Data for this task
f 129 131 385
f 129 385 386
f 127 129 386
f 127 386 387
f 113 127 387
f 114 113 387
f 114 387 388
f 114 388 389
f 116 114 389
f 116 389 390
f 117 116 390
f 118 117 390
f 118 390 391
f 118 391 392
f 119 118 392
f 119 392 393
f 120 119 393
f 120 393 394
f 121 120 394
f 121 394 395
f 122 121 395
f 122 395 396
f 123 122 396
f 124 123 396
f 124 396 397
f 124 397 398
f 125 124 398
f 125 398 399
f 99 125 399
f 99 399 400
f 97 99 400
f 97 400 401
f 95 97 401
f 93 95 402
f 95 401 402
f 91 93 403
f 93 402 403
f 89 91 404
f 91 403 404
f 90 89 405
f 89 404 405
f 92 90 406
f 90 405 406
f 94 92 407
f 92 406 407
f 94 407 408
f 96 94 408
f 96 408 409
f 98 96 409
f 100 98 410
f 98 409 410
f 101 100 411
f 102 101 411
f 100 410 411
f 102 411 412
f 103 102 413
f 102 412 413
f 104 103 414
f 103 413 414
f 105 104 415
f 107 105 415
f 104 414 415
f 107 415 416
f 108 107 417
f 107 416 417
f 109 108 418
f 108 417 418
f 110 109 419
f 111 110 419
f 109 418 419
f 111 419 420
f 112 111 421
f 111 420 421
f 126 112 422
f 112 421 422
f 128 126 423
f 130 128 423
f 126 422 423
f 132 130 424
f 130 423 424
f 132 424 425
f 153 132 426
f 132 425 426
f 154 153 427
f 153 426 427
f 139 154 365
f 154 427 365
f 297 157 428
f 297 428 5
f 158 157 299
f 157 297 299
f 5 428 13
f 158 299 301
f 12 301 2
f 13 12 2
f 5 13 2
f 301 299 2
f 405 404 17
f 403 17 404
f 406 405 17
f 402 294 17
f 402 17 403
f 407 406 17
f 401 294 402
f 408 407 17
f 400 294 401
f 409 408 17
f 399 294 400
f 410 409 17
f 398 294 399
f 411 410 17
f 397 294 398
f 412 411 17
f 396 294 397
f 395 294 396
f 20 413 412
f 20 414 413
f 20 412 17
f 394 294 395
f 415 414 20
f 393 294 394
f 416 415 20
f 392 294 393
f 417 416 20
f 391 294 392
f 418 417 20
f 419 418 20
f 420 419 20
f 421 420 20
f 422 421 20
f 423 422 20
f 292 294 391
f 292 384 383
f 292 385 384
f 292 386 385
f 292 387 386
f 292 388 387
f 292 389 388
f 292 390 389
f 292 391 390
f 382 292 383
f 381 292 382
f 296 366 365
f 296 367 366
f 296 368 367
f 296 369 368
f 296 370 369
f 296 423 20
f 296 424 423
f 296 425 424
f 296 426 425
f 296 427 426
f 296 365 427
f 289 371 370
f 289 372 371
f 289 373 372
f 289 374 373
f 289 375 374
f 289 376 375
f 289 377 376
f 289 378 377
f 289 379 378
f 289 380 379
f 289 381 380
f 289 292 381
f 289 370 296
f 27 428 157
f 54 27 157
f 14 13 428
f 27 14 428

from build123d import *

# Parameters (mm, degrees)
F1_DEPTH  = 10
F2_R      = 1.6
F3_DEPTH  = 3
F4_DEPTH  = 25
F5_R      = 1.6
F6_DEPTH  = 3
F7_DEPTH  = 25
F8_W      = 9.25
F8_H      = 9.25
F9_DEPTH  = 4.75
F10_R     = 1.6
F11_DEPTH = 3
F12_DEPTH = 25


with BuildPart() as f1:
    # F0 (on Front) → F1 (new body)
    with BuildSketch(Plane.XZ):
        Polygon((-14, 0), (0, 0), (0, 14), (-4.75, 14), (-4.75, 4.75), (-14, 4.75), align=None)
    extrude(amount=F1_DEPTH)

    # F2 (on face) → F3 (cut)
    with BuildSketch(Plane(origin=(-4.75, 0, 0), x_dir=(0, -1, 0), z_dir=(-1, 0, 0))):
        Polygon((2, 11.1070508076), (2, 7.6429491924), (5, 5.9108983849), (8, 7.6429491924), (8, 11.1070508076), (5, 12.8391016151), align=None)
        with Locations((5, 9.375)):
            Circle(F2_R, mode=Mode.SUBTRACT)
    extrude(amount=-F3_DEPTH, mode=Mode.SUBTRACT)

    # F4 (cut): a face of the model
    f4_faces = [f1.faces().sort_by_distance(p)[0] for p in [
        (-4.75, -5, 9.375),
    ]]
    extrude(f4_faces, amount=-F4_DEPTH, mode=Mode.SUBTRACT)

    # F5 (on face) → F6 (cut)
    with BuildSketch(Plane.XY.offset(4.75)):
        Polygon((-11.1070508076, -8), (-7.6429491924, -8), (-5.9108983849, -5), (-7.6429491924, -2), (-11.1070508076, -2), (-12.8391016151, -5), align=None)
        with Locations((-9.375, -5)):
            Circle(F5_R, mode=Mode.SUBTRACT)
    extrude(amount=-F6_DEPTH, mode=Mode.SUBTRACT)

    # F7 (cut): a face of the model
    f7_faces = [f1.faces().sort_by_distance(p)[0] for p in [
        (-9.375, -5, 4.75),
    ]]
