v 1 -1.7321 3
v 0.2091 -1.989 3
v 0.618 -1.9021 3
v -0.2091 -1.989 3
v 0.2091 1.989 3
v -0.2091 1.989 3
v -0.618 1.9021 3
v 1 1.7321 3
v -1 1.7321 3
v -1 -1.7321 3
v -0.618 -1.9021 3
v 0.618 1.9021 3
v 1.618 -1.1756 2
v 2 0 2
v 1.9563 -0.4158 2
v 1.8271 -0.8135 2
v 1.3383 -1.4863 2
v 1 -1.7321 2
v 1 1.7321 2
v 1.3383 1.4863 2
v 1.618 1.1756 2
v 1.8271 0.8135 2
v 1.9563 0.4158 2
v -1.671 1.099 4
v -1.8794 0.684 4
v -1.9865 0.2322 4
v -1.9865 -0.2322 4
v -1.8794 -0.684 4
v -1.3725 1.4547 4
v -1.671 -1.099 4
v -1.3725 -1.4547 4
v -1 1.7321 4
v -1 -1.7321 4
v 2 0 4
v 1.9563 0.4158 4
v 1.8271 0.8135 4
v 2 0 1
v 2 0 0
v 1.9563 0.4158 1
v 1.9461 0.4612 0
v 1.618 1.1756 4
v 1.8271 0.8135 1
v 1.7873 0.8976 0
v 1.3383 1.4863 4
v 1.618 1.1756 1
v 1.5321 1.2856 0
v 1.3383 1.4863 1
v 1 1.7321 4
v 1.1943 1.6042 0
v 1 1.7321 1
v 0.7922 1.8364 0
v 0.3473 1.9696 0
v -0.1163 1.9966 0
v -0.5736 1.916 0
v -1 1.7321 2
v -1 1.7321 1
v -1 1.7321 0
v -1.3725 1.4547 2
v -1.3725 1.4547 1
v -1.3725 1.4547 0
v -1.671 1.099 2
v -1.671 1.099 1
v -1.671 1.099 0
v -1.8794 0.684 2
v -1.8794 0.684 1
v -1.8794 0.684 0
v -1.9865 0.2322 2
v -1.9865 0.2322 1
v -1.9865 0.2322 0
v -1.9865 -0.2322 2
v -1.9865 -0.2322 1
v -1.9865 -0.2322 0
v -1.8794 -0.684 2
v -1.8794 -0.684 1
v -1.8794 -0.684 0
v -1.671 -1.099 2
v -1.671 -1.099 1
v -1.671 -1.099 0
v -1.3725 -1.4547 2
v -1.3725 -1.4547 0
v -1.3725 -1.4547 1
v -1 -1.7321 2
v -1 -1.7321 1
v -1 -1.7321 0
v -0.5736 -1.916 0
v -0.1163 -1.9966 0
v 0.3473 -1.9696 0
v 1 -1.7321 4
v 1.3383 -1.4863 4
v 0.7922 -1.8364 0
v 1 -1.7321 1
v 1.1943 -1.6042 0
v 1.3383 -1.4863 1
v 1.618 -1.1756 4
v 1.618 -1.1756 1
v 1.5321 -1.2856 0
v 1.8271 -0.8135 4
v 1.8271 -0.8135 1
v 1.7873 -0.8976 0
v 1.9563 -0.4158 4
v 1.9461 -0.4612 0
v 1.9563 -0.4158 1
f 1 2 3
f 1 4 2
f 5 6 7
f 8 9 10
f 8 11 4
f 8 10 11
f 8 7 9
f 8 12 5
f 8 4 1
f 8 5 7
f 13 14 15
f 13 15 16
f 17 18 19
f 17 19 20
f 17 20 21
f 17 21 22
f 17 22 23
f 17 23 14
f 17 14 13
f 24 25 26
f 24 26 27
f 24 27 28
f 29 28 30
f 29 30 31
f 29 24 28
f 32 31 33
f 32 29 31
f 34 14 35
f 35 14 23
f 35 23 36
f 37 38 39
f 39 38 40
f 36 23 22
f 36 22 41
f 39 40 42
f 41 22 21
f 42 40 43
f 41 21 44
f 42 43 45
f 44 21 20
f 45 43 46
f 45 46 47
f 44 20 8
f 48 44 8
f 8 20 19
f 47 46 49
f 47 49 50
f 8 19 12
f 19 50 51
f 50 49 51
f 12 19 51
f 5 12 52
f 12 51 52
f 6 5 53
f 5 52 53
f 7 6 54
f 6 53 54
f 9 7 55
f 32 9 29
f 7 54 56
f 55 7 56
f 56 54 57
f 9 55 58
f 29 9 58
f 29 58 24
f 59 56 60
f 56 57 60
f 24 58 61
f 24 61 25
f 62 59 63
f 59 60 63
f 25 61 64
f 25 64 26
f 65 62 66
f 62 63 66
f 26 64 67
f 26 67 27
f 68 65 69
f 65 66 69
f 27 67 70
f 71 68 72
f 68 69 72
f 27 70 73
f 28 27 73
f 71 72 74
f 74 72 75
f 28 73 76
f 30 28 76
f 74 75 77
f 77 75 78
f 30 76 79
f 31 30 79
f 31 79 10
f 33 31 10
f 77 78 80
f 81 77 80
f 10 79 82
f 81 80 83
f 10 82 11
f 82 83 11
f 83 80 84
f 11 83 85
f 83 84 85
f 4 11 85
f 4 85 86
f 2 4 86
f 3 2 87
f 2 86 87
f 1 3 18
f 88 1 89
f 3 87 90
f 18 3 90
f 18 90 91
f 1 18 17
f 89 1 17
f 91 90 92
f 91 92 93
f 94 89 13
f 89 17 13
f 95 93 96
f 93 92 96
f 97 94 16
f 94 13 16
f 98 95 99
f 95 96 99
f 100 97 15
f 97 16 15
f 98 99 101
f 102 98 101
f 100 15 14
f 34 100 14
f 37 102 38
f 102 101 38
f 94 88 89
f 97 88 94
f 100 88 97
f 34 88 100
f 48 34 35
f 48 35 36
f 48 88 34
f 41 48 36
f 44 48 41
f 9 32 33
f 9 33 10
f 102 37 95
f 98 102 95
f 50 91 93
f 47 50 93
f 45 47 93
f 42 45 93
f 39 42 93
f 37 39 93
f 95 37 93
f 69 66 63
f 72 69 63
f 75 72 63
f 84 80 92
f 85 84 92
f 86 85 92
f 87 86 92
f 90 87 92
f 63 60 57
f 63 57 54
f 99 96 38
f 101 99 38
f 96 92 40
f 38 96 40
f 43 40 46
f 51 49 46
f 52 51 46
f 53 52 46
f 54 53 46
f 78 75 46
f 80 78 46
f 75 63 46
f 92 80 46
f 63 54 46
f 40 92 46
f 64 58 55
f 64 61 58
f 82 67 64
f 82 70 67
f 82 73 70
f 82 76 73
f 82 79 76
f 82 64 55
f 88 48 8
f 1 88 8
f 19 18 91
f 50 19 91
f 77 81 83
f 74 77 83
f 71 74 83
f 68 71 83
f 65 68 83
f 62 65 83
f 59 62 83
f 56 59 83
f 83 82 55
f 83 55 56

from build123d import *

# Parameters (mm, degrees)
SKETCH1_R           = 2
BOSS_EXTRUDE1_DEPTH = 4
SKETCH2_W           = 1
SKETCH2_H           = 1
SKETCH2_W_2         = 2
CUT_EXTRUDE1_DEPTH  = 5


with BuildPart() as part:
    # Sketch1 → Boss-Extrude1 (new body)
    with BuildSketch(Plane.XY):
        Circle(SKETCH1_R)
    extrude(amount=BOSS_EXTRUDE1_DEPTH)

    # Sketch2 → Cut-Extrude1 (cut, symmetric)
    with BuildSketch(Plane(origin=(0, 0, 0), x_dir=(1, 0, 0), z_dir=(0, 1, 0))):
        with Locations((-1.5, -1.5)):
            Rectangle(SKETCH2_W, SKETCH2_H)
        with Locations((1.5, -1.5)):
            Rectangle(SKETCH2_W, SKETCH2_H)
        with Locations((0, -3.5)):
            Rectangle(SKETCH2_W_2, SKETCH2_H)
    extrude(amount=CUT_EXTRUDE1_DEPTH, both=True, mode=Mode.SUBTRACT)


solid = part.part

Work required
Please transcribe exactly the lines above from the line that has "f 153 132 426" up to and including the line that has "f 423 422 20"; no other line belongs in the answer.

Solution
f 153 132 426
f 132 425 426
f 154 153 427
f 153 426 427
f 139 154 365
f 154 427 365
f 297 157 428
f 297 428 5
f 158 157 299
f 157 297 299
f 5 428 13
f 158 299 301
f 12 301 2
f 13 12 2
f 5 13 2
f 301 299 2
f 405 404 17
f 403 17 404
f 406 405 17
f 402 294 17
f 402 17 403
f 407 406 17
f 401 294 402
f 408 407 17
f 400 294 401
f 409 408 17
f 399 294 400
f 410 409 17
f 398 294 399
f 411 410 17
f 397 294 398
f 412 411 17
f 396 294 397
f 395 294 396
f 20 413 412
f 20 414 413
f 20 412 17
f 394 294 395
f 415 414 20
f 393 294 394
f 416 415 20
f 392 294 393
f 417 416 20
f 391 294 392
f 418 417 20
f 419 418 20
f 420 419 20
f 421 420 20
f 422 421 20
f 423 422 20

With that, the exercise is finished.